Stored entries
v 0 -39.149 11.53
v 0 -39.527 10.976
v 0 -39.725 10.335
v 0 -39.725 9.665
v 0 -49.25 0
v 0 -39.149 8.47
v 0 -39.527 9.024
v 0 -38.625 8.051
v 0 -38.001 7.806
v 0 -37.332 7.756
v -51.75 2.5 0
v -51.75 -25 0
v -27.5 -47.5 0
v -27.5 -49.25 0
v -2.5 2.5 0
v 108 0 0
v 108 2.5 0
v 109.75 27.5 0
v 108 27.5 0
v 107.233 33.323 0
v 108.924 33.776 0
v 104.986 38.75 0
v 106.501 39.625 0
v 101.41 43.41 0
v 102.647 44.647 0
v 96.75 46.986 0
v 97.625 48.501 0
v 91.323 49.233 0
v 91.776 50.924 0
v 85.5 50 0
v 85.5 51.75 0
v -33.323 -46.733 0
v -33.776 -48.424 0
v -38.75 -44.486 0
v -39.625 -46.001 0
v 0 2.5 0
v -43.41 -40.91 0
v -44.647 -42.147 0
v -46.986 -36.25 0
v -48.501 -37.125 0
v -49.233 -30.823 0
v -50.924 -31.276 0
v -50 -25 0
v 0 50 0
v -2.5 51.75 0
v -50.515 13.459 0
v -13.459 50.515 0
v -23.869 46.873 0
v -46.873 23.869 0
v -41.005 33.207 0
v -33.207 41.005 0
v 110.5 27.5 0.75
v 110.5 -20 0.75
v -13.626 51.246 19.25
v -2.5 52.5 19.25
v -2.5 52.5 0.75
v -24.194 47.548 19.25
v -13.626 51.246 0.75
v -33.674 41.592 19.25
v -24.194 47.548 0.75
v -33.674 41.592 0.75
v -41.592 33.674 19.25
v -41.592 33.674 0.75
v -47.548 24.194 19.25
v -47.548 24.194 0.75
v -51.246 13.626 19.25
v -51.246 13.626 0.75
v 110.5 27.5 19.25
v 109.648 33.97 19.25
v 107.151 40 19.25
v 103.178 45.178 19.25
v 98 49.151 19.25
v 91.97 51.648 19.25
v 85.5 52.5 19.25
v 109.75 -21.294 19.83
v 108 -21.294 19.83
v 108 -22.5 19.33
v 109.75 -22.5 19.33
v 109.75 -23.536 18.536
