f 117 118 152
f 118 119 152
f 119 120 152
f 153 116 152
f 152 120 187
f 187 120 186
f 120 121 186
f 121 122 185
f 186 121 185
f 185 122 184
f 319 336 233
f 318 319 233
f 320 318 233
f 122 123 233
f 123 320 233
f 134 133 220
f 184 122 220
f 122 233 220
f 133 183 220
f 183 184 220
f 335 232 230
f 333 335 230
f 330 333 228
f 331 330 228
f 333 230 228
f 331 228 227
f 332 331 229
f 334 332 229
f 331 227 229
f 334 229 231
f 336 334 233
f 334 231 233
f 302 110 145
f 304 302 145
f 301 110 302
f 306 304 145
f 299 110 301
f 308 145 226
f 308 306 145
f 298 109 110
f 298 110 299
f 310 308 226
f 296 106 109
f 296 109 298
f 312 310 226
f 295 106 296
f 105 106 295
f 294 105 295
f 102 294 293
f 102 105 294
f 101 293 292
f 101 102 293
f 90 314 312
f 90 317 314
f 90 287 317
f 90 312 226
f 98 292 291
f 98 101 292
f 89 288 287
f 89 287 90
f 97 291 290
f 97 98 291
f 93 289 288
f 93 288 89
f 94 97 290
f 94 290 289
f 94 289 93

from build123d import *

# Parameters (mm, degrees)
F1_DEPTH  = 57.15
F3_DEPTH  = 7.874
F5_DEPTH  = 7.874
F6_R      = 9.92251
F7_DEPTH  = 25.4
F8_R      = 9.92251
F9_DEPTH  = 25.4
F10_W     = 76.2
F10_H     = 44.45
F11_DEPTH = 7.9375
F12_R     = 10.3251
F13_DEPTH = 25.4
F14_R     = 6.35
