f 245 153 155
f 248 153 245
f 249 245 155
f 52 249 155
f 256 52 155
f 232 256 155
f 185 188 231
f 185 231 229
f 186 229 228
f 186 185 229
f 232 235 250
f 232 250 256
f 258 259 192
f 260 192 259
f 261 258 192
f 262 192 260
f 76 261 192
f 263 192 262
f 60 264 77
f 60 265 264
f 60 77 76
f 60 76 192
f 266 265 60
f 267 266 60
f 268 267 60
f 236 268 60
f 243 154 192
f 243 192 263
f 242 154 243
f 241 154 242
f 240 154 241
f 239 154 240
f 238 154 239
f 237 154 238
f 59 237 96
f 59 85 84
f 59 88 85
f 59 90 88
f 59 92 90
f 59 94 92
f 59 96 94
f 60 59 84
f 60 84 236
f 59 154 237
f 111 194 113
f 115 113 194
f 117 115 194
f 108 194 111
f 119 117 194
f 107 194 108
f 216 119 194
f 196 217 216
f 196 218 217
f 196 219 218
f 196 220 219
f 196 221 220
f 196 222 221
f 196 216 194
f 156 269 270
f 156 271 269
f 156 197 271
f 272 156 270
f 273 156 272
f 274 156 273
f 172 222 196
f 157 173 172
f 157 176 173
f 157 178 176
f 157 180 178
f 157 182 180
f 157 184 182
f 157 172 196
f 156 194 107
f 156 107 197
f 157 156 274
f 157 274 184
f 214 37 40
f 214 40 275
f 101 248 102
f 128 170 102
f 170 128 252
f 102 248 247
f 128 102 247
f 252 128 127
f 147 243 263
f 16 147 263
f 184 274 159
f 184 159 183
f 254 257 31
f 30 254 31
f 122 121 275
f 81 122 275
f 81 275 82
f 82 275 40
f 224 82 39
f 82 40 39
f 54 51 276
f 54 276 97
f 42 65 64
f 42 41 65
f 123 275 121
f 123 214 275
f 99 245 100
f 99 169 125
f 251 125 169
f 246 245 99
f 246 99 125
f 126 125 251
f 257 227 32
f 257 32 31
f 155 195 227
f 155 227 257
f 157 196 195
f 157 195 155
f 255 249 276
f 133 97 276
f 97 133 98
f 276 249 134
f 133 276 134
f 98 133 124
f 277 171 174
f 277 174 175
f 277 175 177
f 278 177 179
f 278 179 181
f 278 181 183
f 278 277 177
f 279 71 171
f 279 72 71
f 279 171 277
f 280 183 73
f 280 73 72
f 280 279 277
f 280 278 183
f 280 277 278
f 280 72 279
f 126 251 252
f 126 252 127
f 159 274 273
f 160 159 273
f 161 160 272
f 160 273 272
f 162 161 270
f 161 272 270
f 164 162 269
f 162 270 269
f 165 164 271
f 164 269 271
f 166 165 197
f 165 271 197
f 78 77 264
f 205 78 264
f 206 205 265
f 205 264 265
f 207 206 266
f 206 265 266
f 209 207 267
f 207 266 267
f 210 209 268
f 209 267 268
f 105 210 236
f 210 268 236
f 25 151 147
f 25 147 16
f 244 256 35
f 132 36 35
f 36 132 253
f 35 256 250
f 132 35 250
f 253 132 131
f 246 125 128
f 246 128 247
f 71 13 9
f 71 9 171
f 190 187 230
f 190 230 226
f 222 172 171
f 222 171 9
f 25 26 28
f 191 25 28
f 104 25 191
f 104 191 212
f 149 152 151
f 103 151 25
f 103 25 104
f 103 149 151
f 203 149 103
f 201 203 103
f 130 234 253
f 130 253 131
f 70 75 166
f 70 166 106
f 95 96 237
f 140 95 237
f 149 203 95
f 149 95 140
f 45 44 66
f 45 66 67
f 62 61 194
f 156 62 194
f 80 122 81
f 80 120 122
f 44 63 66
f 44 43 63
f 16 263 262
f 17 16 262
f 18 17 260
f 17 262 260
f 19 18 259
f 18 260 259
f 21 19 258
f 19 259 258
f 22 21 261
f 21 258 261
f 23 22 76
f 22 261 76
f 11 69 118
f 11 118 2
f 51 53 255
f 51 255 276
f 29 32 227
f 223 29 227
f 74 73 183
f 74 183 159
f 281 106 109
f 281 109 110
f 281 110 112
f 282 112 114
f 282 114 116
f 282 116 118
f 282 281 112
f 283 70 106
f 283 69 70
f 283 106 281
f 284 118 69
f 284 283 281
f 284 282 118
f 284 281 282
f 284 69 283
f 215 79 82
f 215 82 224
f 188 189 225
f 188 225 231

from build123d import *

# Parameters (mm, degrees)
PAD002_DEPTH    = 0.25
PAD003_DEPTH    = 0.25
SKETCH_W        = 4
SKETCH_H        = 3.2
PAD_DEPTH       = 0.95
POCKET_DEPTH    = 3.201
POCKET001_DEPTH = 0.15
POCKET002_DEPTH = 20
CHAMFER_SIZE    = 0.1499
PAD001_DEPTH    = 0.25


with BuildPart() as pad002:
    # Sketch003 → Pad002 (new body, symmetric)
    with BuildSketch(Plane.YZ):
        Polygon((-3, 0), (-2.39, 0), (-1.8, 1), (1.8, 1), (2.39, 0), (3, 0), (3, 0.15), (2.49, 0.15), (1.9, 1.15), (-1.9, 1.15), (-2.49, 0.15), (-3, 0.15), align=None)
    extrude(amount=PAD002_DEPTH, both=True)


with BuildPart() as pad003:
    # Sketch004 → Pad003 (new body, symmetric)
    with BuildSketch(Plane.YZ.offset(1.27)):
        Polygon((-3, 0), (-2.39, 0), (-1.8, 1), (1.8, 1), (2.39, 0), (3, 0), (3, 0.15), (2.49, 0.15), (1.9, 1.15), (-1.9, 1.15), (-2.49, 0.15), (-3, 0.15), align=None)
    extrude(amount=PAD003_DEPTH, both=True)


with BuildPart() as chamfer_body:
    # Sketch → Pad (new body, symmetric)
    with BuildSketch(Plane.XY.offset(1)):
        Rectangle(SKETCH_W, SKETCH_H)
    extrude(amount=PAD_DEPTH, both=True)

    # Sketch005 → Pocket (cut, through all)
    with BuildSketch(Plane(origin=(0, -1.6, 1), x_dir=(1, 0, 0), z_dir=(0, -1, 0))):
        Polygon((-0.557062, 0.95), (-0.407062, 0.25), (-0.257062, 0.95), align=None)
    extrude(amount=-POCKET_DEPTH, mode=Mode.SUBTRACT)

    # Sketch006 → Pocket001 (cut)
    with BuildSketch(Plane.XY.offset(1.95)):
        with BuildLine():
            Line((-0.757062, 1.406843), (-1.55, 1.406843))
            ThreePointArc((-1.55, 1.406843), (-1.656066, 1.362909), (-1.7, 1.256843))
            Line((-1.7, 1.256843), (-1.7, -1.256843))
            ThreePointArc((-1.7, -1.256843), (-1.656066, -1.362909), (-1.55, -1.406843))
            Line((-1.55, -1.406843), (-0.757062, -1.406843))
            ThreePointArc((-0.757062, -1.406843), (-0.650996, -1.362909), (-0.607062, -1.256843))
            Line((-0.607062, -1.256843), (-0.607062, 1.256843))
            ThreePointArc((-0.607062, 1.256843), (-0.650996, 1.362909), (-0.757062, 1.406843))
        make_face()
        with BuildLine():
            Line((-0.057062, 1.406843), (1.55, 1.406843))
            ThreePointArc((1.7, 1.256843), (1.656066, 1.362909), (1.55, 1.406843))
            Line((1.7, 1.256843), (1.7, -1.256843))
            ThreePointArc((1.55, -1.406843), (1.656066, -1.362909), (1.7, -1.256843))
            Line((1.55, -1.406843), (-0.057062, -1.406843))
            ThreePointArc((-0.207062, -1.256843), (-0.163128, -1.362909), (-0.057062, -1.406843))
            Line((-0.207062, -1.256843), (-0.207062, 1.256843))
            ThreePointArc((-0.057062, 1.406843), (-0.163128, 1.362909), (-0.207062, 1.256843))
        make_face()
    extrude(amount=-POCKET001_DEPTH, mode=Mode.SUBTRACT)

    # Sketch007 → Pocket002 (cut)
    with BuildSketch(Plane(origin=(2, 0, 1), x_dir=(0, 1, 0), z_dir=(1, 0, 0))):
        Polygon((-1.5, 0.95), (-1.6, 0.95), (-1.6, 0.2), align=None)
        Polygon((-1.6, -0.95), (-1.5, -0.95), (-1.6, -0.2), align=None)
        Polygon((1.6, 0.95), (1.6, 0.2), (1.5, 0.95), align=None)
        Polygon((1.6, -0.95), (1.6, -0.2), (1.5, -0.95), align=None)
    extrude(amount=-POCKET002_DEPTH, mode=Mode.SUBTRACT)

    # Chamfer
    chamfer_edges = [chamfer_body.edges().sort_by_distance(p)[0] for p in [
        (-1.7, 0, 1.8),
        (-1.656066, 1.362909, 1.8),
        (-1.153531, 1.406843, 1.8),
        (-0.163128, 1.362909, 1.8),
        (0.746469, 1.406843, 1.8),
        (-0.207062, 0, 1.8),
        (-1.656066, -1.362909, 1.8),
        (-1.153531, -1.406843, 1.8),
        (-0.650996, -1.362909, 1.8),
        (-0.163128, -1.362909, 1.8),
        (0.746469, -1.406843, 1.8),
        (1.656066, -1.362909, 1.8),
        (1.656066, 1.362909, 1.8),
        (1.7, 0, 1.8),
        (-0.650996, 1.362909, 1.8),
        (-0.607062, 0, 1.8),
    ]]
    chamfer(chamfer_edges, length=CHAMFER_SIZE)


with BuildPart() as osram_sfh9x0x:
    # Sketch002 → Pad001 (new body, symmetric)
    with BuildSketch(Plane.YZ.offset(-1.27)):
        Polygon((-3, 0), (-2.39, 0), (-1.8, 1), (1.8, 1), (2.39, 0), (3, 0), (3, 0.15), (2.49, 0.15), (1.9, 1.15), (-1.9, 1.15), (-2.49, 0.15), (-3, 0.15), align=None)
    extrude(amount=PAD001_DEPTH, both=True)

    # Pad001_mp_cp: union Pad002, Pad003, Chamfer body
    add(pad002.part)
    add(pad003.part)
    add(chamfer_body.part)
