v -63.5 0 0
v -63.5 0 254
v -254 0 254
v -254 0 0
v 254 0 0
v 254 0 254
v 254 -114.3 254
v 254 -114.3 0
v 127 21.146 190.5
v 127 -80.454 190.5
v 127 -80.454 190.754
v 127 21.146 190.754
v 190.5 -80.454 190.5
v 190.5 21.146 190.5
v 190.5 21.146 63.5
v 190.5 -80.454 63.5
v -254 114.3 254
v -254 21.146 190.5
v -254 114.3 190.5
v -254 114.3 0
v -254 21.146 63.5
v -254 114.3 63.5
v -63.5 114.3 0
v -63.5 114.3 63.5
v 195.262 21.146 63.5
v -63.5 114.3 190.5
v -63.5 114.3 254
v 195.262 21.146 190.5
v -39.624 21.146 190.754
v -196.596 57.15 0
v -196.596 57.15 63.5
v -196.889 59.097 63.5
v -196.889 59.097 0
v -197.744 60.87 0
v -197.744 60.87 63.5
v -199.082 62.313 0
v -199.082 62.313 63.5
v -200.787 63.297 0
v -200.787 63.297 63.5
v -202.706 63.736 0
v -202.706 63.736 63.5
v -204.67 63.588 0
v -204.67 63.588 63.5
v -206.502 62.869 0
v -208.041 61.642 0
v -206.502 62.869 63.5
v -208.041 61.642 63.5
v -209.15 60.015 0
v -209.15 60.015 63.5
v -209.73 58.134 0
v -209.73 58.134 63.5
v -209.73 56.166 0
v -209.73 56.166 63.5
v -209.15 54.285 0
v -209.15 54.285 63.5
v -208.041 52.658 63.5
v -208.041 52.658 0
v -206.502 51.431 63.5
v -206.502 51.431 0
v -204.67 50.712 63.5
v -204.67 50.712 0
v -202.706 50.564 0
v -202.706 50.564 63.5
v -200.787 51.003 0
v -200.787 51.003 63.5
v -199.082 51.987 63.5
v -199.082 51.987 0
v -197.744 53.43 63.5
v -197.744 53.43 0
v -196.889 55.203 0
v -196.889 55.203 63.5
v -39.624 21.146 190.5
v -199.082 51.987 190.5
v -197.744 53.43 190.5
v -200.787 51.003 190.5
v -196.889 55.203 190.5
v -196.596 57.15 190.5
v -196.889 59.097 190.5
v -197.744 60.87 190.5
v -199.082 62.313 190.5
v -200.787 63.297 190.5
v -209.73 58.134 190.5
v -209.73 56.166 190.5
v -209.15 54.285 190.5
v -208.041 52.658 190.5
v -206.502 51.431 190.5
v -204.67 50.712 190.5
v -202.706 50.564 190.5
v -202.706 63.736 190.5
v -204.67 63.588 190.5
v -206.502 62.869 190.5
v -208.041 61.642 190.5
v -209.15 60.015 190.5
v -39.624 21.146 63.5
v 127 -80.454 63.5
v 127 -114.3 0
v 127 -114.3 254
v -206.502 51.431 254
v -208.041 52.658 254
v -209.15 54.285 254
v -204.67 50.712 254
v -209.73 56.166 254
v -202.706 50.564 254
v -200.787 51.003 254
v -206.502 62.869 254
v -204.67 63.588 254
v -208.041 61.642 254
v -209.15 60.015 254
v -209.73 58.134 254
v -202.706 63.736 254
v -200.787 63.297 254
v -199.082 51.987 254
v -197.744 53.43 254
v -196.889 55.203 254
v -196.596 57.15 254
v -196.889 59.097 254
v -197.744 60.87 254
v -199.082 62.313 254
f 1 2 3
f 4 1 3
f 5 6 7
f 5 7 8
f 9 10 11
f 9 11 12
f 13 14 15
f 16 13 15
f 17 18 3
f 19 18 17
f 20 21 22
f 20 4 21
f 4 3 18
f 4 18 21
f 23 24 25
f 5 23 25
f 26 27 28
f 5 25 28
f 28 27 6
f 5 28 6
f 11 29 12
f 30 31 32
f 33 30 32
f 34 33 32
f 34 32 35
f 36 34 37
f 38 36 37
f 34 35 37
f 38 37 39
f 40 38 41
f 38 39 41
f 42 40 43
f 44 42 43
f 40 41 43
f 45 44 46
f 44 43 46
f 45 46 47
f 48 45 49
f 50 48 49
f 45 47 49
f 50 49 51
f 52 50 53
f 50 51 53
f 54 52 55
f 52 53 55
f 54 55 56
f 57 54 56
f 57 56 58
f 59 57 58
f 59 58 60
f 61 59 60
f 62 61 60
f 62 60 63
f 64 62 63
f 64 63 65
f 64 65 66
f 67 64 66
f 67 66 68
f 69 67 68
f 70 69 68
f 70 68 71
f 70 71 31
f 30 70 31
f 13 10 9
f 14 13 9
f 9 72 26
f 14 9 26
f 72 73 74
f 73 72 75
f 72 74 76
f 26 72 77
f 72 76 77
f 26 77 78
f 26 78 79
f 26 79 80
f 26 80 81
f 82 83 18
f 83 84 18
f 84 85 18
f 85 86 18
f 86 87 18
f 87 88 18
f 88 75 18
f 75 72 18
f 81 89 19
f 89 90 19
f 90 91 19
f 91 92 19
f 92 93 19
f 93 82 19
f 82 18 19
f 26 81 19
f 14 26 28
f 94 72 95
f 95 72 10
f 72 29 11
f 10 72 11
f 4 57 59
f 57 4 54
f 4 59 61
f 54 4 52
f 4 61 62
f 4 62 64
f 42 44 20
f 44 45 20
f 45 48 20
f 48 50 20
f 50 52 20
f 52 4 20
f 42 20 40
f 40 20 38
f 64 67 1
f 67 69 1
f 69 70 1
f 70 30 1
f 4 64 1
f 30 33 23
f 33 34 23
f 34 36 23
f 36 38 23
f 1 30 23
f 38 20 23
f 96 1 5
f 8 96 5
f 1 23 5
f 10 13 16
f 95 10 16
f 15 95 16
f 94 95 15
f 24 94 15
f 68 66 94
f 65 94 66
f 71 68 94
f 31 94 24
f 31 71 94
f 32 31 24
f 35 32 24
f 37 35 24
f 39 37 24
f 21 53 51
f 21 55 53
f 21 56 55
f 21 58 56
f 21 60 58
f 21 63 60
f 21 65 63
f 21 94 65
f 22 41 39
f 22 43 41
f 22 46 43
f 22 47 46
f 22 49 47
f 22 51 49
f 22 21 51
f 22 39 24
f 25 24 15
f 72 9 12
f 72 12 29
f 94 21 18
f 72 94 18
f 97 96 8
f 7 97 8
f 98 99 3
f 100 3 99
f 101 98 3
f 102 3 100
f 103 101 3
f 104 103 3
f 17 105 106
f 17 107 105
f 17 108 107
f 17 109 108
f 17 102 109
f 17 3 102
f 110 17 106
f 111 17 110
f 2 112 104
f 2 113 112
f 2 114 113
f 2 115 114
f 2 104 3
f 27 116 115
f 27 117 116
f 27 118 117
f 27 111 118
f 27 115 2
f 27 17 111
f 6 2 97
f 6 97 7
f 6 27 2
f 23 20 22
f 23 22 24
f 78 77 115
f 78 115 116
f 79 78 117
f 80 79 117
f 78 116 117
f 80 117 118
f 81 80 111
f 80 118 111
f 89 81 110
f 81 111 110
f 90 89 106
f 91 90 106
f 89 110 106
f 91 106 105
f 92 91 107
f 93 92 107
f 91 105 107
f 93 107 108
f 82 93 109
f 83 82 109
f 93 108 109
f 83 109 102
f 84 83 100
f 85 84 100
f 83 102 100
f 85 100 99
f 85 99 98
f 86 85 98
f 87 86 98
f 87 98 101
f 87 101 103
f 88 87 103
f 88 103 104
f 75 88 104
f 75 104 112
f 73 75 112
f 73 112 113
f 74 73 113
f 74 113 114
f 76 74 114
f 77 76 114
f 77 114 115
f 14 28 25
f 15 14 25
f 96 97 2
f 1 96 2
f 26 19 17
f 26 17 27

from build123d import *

# Parameters (mm, degrees)
SKETCH1_W               = 508
SKETCH1_H               = 228.6
BOSS_EXTRUDE1_DEPTH     = 254
SKETCH2_W               = 127
SKETCH2_H               = 93.154290468
CUT_EXTRUDE1_DEPTH      = 509
CUT_EXTRUDE2_DEPTH      = 254
SKETCH7_W               = 127
SKETCH7_H               = 101.6
CUT_EXTRUDE3_DEPTH      = 127
CUT_EXTRUDE5_DEPTH      = 127
CUT_EXTRUDE5_DEPTH_BACK = 0.254
SKETCH24_W              = 127
SKETCH24_H              = 101.6
BOSS_EXTRUDE3_DEPTH     = 63.5
CUT_EXTRUDE7_DEPTH      = 315.976
SKETCH27_R              = 6.604
CUT_EXTRUDE8_DEPTH      = 315.976


with BuildPart() as part:
    # Sketch1 → Boss-Extrude1 (new body)
    with BuildSketch(Plane.XY):
        Rectangle(SKETCH1_W, SKETCH1_H)
    extrude(amount=BOSS_EXTRUDE1_DEPTH)

    # Sketch2 → Cut-Extrude1 (cut, through all)
    with BuildSketch(Plane.ZY.offset(254)):
        with Locations((127, 67.722854766)):
            Rectangle(SKETCH2_W, SKETCH2_H)
    extrude(amount=-CUT_EXTRUDE1_DEPTH, mode=Mode.SUBTRACT)

    # Sketch5 → Cut-Extrude2 (cut)
    with BuildSketch(Plane.XY.offset(254)):
        Polygon((-254, 0), (-254, -114.3), (127, -114.3), (-63.5, 0), align=None)
    extrude(amount=-CUT_EXTRUDE2_DEPTH, mode=Mode.SUBTRACT)

    # Sketch7 → Cut-Extrude3 (cut)
    with BuildSketch(Plane(origin=(254, 0, 0), x_dir=(0, 0, -1), z_dir=(1, 0, 0))):
        with Locations((-127, -29.654290468)):
            Rectangle(SKETCH7_W, SKETCH7_H)
    extrude(amount=-CUT_EXTRUDE3_DEPTH, mode=Mode.SUBTRACT)

    # Sketch20 → Cut-Extrude5 (cut, two sides)
    with BuildSketch(Plane(origin=(0, 0, 190.5), x_dir=(-1, 0, 0), z_dir=(0, 0, -1))) as cut_extrude5_sk:
        Polygon((-127, 21.145709532), (39.624, 21.145709532), (-127, -80.454290468), align=None)
    extrude(amount=CUT_EXTRUDE5_DEPTH, mode=Mode.SUBTRACT)
    extrude(cut_extrude5_sk.sketch, amount=-CUT_EXTRUDE5_DEPTH_BACK, mode=Mode.SUBTRACT)

    # Sketch24 → Boss-Extrude3 (add)
    with BuildSketch(Plane(origin=(254, 0, 0), x_dir=(0, 0, -1), z_dir=(1, 0, 0))):
        with Locations((-127, -29.654290468)):
            Rectangle(SKETCH24_W, SKETCH24_H)
    extrude(amount=-BOSS_EXTRUDE3_DEPTH)

    # Sketch26 → Cut-Extrude7 (cut)
    with BuildSketch(Plane.XY.offset(254)):
        Polygon((254, 114.3), (-63.5, 114.3), (254, 0), align=None)
    extrude(amount=-CUT_EXTRUDE7_DEPTH, mode=Mode.SUBTRACT)

    # Sketch27 → Cut-Extrude8 (cut)
    with BuildSketch(Plane.XY.offset(254)):
        with Locations((-203.2, 57.15)):
            Circle(SKETCH27_R)
    extrude(amount=-CUT_EXTRUDE8_DEPTH, mode=Mode.SUBTRACT)


solid = part.part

> _WHAT IS EXPECTED_
Transcribe verbatim. Cover the lines from the first line of the entries above to the line containing "v -13.626 51.246 19.25", inclusive.

> _ANSWER SECTION_
v 0 -39.149 11.53
v 0 -39.527 10.976
v 0 -39.725 10.335
v 0 -39.725 9.665
v 0 -49.25 0
v 0 -39.149 8.47
v 0 -39.527 9.024
v 0 -38.625 8.051
v 0 -38.001 7.806
v 0 -37.332 7.756
v -51.75 2.5 0
v -51.75 -25 0
v -27.5 -47.5 0
v -27.5 -49.25 0
v -2.5 2.5 0
v 108 0 0
v 108 2.5 0
v 109.75 27.5 0
v 108 27.5 0
v 107.233 33.323 0
v 108.924 33.776 0
v 104.986 38.75 0
v 106.501 39.625 0
v 101.41 43.41 0
v 102.647 44.647 0
v 96.75 46.986 0
v 97.625 48.501 0
v 91.323 49.233 0
v 91.776 50.924 0
v 85.5 50 0
v 85.5 51.75 0
v -33.323 -46.733 0
v -33.776 -48.424 0
v -38.75 -44.486 0
v -39.625 -46.001 0
v 0 2.5 0
v -43.41 -40.91 0
v -44.647 -42.147 0
v -46.986 -36.25 0
v -48.501 -37.125 0
v -49.233 -30.823 0
v -50.924 -31.276 0
v -50 -25 0
v 0 50 0
v -2.5 51.75 0
v -50.515 13.459 0
v -13.459 50.515 0
v -23.869 46.873 0
v -46.873 23.869 0
v -41.005 33.207 0
v -33.207 41.005 0
v 110.5 27.5 0.75
v 110.5 -20 0.75
v -13.626 51.246 19.25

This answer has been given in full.